Five Stars

Extract Data from URL in Talend

hello everyone I'm trying to do crawling with talend, and I managed to do it even with the tHttpInputTable component found in the talend exchange, but also with java code by importing the jsoup library into the tJavaFlex component. The result is amazing to be able to do it on all the other sites is what I try to do, but I'm still new in this field, someone can make me a small overview and what I'm missing, for example the simple and static sites such as " http://www.imdb.com/title/tt0068646/?pf_rd_m=A2FGELUUNOQJNL&pf_rd_p=e31d89dd-322d-4646-8962-327b42fe... "which is a rating site for movies , I can do it with a few lines of java, but for the most complex and certainly not static sites such as "https://www.risultati.it" which is a live soccer results site I can not, what I'm missing ?
Is JSOUP not powerful enough to crawl all kinds of sites? thanks in advance for those who have to devote some time and open a world in this field to a new one.
4 REPLIES
Highlighted
Fifteen Stars

Re: Extract Data from URL in Talend

I wrote a tutorial on exactly this about 3 years ago. You can find it here: https://www.rilhia.com/tutorials/using-third-party-java-library-scrape-content-table-web-page

I suspect that better libraries are now available but the thing I learnt doing this is that you need to build your job with the website it is going to scrape in mind. Consider a website like XML. You can't build a single job to handle all types of XML. The same applies to websites.

I hope the tutorial gives you a few ideas.
Rilhia Solutions
Five Stars

Re: Extract Data from URL in Talend

Hi rhall_2_0, thank you so much for your solution, a very nice and very well structured tutorial.

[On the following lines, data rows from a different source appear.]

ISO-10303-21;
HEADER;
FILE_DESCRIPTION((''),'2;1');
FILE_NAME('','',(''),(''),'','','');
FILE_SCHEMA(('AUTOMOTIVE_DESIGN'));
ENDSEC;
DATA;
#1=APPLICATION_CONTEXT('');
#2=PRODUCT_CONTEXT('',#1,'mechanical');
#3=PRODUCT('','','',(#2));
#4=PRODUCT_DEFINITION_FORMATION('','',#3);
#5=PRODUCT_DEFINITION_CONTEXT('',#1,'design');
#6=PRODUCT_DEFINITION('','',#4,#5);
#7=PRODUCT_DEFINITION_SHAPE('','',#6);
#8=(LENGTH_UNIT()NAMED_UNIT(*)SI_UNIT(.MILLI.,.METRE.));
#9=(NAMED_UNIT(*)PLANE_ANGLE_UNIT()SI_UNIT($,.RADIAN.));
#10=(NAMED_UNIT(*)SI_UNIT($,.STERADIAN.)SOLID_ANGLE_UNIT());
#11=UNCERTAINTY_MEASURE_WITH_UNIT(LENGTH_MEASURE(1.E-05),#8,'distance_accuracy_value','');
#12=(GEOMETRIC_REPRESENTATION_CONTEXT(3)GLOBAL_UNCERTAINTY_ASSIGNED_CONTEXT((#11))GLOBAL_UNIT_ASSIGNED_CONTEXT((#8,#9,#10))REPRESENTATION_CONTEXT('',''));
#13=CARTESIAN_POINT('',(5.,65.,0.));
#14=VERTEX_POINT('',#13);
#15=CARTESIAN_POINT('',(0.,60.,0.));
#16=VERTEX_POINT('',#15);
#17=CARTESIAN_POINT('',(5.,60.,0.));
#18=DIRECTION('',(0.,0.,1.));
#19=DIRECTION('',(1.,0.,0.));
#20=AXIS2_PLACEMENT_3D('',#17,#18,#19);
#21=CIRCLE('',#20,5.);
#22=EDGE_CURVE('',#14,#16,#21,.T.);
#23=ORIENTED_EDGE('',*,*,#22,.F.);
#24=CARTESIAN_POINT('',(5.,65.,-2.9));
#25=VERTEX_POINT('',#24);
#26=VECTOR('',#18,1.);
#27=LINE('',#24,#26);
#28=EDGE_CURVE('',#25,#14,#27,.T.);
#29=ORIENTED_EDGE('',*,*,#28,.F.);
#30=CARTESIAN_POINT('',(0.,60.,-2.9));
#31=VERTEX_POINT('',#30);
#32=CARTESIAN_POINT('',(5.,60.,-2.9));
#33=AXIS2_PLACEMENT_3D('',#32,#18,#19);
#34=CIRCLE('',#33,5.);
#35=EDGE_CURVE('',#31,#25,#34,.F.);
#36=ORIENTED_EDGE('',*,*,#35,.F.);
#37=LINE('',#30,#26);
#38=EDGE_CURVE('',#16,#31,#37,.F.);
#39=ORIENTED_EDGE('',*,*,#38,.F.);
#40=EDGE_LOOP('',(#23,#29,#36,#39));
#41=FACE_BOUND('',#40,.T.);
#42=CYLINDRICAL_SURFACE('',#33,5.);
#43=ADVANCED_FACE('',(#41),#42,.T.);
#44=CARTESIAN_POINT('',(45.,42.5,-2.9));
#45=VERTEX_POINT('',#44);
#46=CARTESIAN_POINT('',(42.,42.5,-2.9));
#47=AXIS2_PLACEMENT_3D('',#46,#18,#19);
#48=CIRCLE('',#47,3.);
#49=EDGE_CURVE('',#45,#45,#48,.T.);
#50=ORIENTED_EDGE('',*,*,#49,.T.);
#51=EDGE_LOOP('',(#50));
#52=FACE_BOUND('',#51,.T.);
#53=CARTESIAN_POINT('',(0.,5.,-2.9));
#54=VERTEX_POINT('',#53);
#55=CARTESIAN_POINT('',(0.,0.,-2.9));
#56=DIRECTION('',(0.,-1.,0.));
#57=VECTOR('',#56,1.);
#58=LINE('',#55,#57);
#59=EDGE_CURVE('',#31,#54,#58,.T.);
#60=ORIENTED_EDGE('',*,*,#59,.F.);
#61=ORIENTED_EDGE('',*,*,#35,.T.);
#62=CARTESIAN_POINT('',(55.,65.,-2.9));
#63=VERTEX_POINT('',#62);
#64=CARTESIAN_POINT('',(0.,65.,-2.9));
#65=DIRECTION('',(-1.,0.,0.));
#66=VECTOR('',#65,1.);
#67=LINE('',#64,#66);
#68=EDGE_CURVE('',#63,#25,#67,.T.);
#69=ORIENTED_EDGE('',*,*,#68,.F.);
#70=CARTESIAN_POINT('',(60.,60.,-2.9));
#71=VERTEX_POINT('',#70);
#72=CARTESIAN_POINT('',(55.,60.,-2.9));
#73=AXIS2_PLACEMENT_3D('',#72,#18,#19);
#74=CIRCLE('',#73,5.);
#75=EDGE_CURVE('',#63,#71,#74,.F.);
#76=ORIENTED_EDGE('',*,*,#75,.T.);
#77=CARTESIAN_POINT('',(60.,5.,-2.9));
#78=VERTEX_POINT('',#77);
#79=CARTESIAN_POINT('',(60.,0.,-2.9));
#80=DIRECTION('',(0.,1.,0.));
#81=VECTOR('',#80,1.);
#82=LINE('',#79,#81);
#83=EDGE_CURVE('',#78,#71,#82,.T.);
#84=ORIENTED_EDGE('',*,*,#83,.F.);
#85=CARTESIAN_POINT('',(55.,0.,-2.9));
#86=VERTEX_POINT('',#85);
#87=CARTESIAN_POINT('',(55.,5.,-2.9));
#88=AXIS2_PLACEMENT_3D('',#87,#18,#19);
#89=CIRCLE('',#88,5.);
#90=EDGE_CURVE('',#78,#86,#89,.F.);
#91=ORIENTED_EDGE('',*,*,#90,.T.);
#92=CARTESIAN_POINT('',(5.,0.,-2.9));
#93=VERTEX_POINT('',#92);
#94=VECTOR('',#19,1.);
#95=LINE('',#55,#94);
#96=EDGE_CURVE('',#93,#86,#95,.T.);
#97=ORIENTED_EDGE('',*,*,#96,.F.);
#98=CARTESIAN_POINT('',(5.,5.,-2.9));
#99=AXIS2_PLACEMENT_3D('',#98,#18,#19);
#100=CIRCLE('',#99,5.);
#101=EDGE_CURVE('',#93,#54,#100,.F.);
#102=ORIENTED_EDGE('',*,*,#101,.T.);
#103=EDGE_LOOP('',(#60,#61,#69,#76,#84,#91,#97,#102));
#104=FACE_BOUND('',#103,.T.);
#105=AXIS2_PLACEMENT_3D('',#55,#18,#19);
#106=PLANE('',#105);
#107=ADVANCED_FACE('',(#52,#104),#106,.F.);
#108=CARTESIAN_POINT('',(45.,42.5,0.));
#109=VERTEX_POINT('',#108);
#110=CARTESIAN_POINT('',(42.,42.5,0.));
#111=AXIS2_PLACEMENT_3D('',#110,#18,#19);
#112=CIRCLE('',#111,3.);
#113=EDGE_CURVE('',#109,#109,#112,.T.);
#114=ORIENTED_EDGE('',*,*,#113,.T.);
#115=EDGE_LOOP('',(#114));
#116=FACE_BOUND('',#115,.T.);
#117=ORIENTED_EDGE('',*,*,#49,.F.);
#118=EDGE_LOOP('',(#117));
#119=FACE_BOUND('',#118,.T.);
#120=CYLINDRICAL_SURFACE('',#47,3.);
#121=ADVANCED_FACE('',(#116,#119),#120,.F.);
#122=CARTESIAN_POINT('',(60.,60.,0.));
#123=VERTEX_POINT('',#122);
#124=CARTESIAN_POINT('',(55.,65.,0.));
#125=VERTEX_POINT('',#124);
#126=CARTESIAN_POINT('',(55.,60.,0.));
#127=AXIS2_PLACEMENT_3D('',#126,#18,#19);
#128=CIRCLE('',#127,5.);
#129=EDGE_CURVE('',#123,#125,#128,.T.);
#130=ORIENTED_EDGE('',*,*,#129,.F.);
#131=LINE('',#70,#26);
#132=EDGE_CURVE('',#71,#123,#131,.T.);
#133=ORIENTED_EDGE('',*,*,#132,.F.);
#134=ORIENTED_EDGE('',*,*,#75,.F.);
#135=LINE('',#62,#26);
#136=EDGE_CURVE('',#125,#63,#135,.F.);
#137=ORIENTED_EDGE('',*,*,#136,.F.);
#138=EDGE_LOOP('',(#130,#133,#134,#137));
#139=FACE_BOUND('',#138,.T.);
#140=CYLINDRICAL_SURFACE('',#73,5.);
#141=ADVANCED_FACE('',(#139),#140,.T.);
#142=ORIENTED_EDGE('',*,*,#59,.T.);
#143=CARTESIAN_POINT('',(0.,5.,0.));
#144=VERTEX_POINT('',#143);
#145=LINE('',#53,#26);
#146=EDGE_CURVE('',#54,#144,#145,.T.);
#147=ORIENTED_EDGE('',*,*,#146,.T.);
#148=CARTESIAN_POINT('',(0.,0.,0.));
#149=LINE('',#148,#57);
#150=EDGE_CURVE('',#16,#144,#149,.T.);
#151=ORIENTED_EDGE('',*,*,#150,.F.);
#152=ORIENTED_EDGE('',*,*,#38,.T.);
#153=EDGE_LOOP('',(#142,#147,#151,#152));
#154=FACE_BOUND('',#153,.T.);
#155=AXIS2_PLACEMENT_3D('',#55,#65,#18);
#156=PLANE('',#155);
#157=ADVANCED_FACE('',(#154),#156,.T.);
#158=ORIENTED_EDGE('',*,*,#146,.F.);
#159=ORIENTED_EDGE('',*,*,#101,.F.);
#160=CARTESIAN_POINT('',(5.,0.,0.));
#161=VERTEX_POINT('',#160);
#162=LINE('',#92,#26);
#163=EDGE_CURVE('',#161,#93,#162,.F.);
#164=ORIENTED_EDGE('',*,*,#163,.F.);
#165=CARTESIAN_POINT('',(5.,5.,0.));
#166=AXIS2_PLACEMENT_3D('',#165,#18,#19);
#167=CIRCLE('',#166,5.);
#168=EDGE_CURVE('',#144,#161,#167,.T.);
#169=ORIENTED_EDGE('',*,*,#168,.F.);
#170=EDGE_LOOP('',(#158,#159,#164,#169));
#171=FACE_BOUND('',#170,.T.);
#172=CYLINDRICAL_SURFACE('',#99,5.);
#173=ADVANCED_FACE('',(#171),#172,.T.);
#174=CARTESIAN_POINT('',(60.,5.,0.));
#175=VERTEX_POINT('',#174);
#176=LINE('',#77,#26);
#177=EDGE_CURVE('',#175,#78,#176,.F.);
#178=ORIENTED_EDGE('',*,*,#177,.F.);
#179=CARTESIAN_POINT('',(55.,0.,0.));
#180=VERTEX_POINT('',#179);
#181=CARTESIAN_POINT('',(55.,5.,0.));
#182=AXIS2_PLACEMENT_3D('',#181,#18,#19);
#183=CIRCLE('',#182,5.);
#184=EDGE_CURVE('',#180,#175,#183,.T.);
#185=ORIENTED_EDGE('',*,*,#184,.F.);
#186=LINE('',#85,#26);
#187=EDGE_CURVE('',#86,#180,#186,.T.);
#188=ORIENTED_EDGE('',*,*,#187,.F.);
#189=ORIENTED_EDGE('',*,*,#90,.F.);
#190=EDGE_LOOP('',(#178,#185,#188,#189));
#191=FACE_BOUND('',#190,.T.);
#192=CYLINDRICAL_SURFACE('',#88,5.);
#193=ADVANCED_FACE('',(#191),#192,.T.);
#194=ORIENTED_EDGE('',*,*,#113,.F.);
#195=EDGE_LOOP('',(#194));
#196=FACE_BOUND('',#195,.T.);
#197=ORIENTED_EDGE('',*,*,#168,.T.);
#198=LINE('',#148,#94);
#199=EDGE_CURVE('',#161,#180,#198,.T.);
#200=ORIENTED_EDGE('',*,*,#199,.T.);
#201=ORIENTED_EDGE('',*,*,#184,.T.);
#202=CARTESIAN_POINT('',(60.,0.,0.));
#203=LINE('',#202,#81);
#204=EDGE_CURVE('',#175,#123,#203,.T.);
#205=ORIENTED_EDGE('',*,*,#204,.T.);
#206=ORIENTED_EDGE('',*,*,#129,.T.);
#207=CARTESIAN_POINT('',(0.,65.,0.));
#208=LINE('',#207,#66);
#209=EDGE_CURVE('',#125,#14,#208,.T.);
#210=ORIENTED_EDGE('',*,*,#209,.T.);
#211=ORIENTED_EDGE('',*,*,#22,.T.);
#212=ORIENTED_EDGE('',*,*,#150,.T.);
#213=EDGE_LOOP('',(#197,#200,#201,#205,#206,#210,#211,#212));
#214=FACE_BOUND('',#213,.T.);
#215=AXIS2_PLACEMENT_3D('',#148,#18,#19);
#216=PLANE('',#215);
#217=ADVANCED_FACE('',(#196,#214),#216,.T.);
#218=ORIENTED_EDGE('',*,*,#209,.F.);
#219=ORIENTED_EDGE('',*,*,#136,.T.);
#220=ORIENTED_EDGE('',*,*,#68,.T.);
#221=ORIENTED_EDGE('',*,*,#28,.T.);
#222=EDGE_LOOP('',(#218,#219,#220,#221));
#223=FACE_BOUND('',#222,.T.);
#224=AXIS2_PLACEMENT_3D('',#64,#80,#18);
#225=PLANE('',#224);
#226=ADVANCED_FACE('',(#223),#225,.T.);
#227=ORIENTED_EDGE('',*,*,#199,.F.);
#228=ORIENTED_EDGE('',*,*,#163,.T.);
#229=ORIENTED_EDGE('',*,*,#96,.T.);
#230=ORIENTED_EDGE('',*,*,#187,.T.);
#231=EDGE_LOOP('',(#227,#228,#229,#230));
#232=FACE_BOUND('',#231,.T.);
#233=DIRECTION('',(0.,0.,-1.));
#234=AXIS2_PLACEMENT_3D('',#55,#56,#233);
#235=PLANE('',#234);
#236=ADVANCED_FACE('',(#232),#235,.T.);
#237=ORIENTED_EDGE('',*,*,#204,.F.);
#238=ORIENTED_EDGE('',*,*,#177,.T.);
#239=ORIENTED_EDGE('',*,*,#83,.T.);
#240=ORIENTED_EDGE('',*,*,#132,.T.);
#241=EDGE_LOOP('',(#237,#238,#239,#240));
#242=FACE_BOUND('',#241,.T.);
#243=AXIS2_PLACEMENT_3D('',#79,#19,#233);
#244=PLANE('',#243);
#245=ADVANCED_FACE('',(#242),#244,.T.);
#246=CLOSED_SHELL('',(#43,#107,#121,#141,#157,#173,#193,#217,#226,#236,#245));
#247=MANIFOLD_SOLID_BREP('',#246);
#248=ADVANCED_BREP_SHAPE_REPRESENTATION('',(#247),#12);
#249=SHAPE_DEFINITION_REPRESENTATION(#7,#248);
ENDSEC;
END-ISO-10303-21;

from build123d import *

# Parameters (mm, degrees)
CROQUIS1_W              = 60
CROQUIS1_H              = 65
CROQUIS1_R              = 3
SALIENTE_EXTRUIR1_DEPTH = 2.9
REDONDEO2_R             = 5
REDONDEO3_R             = 5
REDONDEO4_R             = 5
REDONDEO5_R             = 5


with BuildPart() as part:
    # Croquis1 → Saliente-Extruir1 (new body)
    with BuildSketch(Plane.XY):
        with Locations((30, 32.5)):
            Rectangle(CROQUIS1_W, CROQUIS1_H)
        with Locations((42, 42.5)):
            Circle(CROQUIS1_R, mode=Mode.SUBTRACT)
    extrude(amount=-SALIENTE_EXTRUIR1_DEPTH)

    # Redondeo2
    redondeo2_edges = [part.edges().sort_by_distance(p)[0] for p in [
        (0, 65, -1.45),
    ]]
    fillet(redondeo2_edges, radius=REDONDEO2_R)

    # Redondeo3
    redondeo3_edges = [part.edges().sort_by_distance(p)[0] for p in [
        (60, 65, -1.45),
    ]]
    fillet(redondeo3_edges, radius=REDONDEO3_R)

    # Redondeo4
    redondeo4_edges = [part.edges().sort_by_distance(p)[0] for p in [
        (60, 0, -1.45),
    ]]
    fillet(redondeo4_edges, radius=REDONDEO4_R)

    # Redondeo5
    redondeo5_edges = [part.edges().sort_by_distance(p)[0] for p in [
        (0, 0, -1.45),
    ]]
    fillet(redondeo5_edges, radius=REDONDEO5_R)


solid = part.part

but unfortunately this does not solve my problem, i tried your solution and I can not get out data of these dynamic sites, like this one "https://www.risultati.it/partita/MPX1oKd9/#informazioni-partita" ,but are many other of this type, I'm interested a certain football match. and I can not do this because I'm not able to understand how data are exposed on the site in some way recall database I think. the html that you get with thttprequest in talend does not contains all of this data that i need... any other idea ?? thank you again in advanced

Fifteen Stars

Re: Extract Data from URL in Talend

I've looked at the page source of the page you posted. It looks like you might struggle with this. It looks like this page has been written to obfuscate the data to prevent page scraping. There is a lot of Javascript used. I am not sure you will be able to do this. You *could* try saving the pages locally as HTML and then processing them. That *might* make it slightly easier.

Rilhia Solutions
Five Stars

Re: Extract Data from URL in Talend

yes, I noticed this, in fact I'm fighting with this thing for a while, it's not a very urgent thing, because I do not have to do this at work, but it's a very interesting thing I'd like to do. However, I would like to thank you once again for your time! and I hope to hear from you again if anyone can find a way to do it.